Was die Leute damals in ihren Moralvorstellungen zutiefst verletzte, waren nicht so sehr die Dialoge sondern das Ausschalten des Lichtes zwischen den Akten.

Vergleiche die Fahrt in der verdunkten Kutsche in Flauberts "Madame Bovary". Auch da verdammten die Leser einen Geschlechtsakt, der niergends benannt oder beschrieben wird, sondern sich nur in ihren frustrierten Köpfen abspielte.

Ich liebe Schnitzler, dass man heute mit solchen Stücken, über die sich nur noch krankhafte Klemmis aufregen, nicht mehr viel anfangen kann, ist verständlich. Man muss sich eben darin trainieren, sich über die Inhalte hinaus an Stil, Strukturen und Wortwahl zu erfreuen.

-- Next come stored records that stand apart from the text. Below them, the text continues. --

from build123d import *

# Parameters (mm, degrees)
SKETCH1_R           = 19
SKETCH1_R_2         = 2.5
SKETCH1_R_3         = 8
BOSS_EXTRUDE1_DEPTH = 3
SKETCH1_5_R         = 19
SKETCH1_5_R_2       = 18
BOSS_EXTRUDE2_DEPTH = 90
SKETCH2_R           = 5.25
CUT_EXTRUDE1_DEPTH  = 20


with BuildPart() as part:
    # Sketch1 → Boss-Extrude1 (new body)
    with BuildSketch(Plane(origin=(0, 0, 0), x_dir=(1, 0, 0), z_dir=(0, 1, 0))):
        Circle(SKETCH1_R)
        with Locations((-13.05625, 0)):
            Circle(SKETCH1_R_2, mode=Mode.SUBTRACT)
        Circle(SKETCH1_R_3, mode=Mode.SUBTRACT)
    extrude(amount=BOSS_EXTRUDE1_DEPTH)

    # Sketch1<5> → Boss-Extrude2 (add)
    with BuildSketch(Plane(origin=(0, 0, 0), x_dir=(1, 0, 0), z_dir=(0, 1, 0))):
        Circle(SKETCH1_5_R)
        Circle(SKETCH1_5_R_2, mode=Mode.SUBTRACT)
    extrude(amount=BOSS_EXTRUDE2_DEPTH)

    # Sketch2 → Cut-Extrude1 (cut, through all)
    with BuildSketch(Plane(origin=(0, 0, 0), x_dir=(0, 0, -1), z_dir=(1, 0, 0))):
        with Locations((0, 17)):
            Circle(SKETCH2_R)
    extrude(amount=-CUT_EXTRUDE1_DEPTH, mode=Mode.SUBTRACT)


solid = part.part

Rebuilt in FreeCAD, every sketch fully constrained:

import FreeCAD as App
import Part
import Sketcher

V = App.Vector

doc = App.newDocument("Part")
params = doc.addObject("Spreadsheet::Sheet", "Params")
for row, (alias, value) in enumerate([
    ("sketch1_diameter", "38 mm"),
    ("sketch1_diameter2", "5 mm"),
    ("sketch1_diameter3", "16 mm"),
    ("pad1_length", "3 mm"),
    ("sketch2_diameter", "38 mm"),
    ("sketch2_diameter2", "36 mm"),
    ("pad2_length", "90 mm"),
    ("sketch3_diameter", "10.5 mm"),
], start=1):
    params.set(f"A{row}", alias)
    params.set(f"B{row}", "=" + value)
    params.setAlias(f"B{row}", alias)

body = doc.addObject("PartDesign::Body", "Body")

sketch1 = body.newObject("Sketcher::SketchObject", "Sketch")
sketch1.AttachmentSupport = (doc.getObject("XZ_Plane"), [""])
sketch1.MapMode = "FlatFace"
sketch1.addGeometry([
    Part.Circle(V(0, 0, 0), V(0, 0, 1), 19),
    Part.Circle(V(-13.05625, 0, 0), V(0, 0, 1), 2.5),
    Part.Circle(V(0, 0, 0), V(0, 0, 1), 8),
], False)
sketch1.addConstraint([
    Sketcher.Constraint("Coincident", 0, 3, -1, 1),
    Sketcher.Constraint("Coincident", 2, 3, -1, 1),
    Sketcher.Constraint("PointOnObject", 1, 3, -1),
    Sketcher.Constraint("Diameter", 0, 38.0),
    Sketcher.Constraint("Diameter", 1, 5.0),
    Sketcher.Constraint("Diameter", 2, 16.0),
    Sketcher.Constraint("DistanceX", 1, 3, -1, 1, 13.05625),
])
sketch1.setExpression("Constraints[3]", "Params.sketch1_diameter")
sketch1.setExpression("Constraints[4]", "Params.sketch1_diameter2")
sketch1.setExpression("Constraints[5]", "Params.sketch1_diameter3")
pad1 = body.newObject("PartDesign::Pad", "Pad")
pad1.Profile = sketch1
pad1.setExpression("Length", "Params.pad1_length")
pad1.Reversed = True

sketch2 = body.newObject("Sketcher::SketchObject", "Sketch001")
sketch2.AttachmentSupport = (doc.getObject("XZ_Plane"), [""])
sketch2.MapMode = "FlatFace"
sketch2.addGeometry([
    Part.Circle(V(0, 0, 0), V(0, 0, 1), 19),
    Part.Circle(V(0, 0, 0), V(0, 0, 1), 18),
], False)
sketch2.addConstraint([
    Sketcher.Constraint("Coincident", 0, 3, -1, 1),
    Sketcher.Constraint("Coincident", 1, 3, -1, 1),
    Sketcher.Constraint("Diameter", 0, 38.0),
    Sketcher.Constraint("Diameter", 1, 36.0),
])
sketch2.setExpression("Constraints[2]", "Params.sketch2_diameter")
sketch2.setExpression("Constraints[3]", "Params.sketch2_diameter2")
pad2 = body.newObject("PartDesign::Pad", "Pad001")
pad2.Profile = sketch2
pad2.setExpression("Length", "Params.pad2_length")
pad2.Reversed = True

sketch3 = body.newObject("Sketcher::SketchObject", "Sketch002")
sketch3.AttachmentSupport = (doc.getObject("YZ_Plane"), [""])
sketch3.MapMode = "FlatFace"
sketch3.addGeometry(Part.Circle(V(17, 0, 0), V(0, 0, 1), 5.25), False)
sketch3.addConstraint([
    Sketcher.Constraint("PointOnObject", 0, 3, -1),
    Sketcher.Constraint("Diameter", 0, 10.5),
    Sketcher.Constraint("DistanceX", -1, 1, 0, 3, 17.0),
])
sketch3.setExpression("Constraints[1]", "Params.sketch3_diameter")
pocket1 = body.newObject("PartDesign::Pocket", "Pocket")
pocket1.Profile = sketch3
pocket1.Type = "ThroughAll"

doc.recompute()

Wir finden ja auch vieles, was wir auf alten Gemälden sehen, heute nicht mehr zeitgemäß, und trotzdem können wir den Malstil, die Bildaufteilung und die Farben gut finden. 

Ich liebe Schnitzler, kann jedoch mit "Reigen" und der "Traumnovelle" leider rein gar nichts anfangen. Dafür mit seinen Novellen.